前几天公司后端系统出现了故障,导致app多个功能无法使用,查看日志,发现日志出现较多的redis.clients.jedis.exceptions.JedisConnectionException: Could not get a resource from the pool的异常信息,显而易见,jedis/redis出现了问题。因为是connection的相关的问题,所以看了一下jedis和连接数相关的配置项,maxIdle和maxTotal都是200,jedis的封装也在finally中释放了connection,所以初步猜测问题发生在redis服务端
1.jedis机器-->ping-->redis机器,毫秒级的响应时间----网络畅通
2.使用netstat -apn |grep redis-server连接数为20多个--网络连接数正常
3.free -m内存使用率60%---(表面上)内存够用
4.df -h磁盘使用率15%---磁盘空间充足
5.使用redis-cli,执行info命令,client部分:
#Clients
connected_clients:18
client_longest_output_list:0
client_biggest_input_buf:0
blocked_clients:0
clients数量也正常
6.使用redis-cli,执行ping命令,异常信息出来了:
(error)MISCONF Redis is configured to save RDB snapshots, but is currently
not able to persist on disk. Commands that may modify the data set
are disabled. Please check Redis logs for details about the error.
然后查看redis日志,出现了
WARNING overcommit_memory is set to 0! Background save may fail under low memory condition.
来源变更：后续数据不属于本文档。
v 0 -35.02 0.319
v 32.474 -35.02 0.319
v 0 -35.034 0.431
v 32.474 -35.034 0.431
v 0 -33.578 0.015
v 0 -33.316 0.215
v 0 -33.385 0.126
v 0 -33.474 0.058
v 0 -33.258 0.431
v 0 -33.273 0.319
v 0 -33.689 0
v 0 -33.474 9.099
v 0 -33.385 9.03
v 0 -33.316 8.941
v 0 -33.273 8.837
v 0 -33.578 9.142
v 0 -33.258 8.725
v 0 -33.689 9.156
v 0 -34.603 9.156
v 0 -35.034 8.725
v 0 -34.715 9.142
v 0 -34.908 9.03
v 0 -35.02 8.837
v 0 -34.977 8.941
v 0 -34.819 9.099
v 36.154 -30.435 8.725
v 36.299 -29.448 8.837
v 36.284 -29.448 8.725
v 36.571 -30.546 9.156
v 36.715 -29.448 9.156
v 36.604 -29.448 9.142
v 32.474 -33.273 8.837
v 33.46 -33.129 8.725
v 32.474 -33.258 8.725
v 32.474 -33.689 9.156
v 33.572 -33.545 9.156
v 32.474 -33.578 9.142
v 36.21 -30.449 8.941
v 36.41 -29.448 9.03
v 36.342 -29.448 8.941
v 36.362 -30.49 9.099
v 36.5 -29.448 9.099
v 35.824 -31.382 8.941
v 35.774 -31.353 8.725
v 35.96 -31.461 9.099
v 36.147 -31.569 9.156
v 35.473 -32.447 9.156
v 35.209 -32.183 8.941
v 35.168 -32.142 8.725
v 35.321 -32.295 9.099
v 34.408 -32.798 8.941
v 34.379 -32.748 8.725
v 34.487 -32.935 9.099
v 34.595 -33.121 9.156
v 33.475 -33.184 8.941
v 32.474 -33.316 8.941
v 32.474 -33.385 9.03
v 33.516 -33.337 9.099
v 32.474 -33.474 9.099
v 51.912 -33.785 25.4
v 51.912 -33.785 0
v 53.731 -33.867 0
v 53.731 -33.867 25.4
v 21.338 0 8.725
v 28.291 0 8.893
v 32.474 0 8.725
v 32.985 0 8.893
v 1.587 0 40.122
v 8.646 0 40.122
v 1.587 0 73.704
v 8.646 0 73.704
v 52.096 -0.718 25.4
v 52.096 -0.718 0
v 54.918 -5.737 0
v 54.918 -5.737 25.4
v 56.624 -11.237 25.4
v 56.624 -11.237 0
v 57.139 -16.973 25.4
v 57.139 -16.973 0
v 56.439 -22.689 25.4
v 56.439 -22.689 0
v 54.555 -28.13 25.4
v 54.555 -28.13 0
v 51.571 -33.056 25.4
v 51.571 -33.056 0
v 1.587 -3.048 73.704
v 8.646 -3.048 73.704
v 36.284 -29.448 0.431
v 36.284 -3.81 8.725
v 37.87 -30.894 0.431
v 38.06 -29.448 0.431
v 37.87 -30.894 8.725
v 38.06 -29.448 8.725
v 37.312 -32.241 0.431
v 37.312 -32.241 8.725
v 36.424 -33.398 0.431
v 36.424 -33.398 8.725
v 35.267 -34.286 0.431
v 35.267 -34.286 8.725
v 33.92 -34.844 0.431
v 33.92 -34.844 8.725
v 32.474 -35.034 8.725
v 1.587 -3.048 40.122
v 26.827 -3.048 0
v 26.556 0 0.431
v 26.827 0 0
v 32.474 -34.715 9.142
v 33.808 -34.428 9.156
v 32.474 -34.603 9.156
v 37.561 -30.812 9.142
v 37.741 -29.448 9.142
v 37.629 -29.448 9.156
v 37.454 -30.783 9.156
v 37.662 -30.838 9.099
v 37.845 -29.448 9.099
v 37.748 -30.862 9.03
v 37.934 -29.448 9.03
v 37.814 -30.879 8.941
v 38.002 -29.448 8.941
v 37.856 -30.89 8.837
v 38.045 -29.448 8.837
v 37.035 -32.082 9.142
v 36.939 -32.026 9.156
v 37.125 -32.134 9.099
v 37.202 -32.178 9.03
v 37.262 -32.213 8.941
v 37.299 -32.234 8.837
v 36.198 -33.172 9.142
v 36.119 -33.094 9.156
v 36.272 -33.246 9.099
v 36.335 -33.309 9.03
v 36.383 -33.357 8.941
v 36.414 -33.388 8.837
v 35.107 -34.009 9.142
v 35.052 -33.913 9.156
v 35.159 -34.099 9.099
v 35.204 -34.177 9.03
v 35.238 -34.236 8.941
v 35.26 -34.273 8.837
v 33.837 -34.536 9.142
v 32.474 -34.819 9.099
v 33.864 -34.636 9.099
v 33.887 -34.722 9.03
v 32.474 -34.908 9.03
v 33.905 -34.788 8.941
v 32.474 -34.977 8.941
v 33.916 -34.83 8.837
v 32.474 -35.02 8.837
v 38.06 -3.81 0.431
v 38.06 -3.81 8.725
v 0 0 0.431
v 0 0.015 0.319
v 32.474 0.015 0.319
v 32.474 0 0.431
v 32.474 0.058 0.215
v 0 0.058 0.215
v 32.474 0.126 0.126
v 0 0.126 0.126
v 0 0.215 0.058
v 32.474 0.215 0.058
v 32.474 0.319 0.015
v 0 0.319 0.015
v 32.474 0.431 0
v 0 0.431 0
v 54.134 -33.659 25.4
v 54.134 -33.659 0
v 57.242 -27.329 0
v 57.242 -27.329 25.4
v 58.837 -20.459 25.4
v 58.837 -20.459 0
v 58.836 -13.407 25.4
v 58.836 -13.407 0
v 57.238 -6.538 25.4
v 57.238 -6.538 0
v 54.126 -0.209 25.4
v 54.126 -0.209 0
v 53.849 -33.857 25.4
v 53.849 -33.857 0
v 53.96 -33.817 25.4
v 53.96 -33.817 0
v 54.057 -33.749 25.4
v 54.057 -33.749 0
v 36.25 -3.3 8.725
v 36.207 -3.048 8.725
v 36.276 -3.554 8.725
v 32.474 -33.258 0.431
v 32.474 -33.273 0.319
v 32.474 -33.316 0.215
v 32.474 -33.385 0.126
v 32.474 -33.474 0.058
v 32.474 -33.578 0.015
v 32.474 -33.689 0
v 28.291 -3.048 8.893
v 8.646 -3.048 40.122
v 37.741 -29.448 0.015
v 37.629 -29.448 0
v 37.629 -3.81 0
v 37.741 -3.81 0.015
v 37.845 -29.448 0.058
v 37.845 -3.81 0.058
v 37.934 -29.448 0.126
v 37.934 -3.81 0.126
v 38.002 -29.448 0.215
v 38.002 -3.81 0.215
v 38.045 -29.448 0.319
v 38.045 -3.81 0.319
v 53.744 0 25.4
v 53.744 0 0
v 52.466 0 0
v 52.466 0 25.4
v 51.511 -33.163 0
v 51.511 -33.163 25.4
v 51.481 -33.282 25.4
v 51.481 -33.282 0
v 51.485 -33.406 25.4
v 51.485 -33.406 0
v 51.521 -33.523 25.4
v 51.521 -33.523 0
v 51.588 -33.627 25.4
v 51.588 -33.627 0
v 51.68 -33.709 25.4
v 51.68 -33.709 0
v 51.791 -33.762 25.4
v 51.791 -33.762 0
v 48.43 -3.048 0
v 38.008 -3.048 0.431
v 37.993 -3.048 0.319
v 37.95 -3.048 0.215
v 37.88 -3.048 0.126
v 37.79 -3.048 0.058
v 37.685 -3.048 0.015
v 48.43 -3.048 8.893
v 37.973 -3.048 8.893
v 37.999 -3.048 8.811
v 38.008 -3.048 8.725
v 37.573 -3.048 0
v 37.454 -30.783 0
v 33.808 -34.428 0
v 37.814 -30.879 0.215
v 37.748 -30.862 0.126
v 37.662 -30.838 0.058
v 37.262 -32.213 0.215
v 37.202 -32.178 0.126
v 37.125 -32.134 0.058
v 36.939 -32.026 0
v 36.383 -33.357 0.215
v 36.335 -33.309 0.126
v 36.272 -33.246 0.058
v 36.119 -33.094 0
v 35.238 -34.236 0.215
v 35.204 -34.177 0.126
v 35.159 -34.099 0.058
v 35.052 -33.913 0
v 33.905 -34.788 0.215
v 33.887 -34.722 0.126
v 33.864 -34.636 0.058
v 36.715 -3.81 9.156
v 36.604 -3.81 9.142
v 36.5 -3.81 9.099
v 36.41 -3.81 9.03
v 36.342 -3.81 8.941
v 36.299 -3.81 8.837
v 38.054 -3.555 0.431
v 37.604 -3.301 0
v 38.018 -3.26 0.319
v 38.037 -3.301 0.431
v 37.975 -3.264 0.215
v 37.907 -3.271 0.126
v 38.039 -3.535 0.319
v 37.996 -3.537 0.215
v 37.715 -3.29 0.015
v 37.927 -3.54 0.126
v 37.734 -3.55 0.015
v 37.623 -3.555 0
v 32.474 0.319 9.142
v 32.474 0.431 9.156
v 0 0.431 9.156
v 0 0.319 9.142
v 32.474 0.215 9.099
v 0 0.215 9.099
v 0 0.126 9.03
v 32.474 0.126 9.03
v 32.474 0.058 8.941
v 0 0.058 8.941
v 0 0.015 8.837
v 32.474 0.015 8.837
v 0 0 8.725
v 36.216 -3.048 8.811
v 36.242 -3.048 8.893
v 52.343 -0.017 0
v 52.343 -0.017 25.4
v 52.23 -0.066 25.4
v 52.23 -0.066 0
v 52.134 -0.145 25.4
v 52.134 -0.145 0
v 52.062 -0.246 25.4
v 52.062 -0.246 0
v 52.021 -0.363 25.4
To fix this issue add 'vm.overcommit_memory = 1' to /etc/sysctl.conf and then reboot or run the command 'sysctl vm.overcommit_memory=1' for this to take effect.
问题已经很清晰了,bgsave会fork一个子进程,因为vm.overcommit_memory = 0,所以申请的内存大小和父进程的一样,由于redis已经使用了60%的内存空间,所以fork失败
解决办法:
/etc/sysctl.conf 添加 vm.overcommit_memory=1
sysctl vm.overcommit_memory=1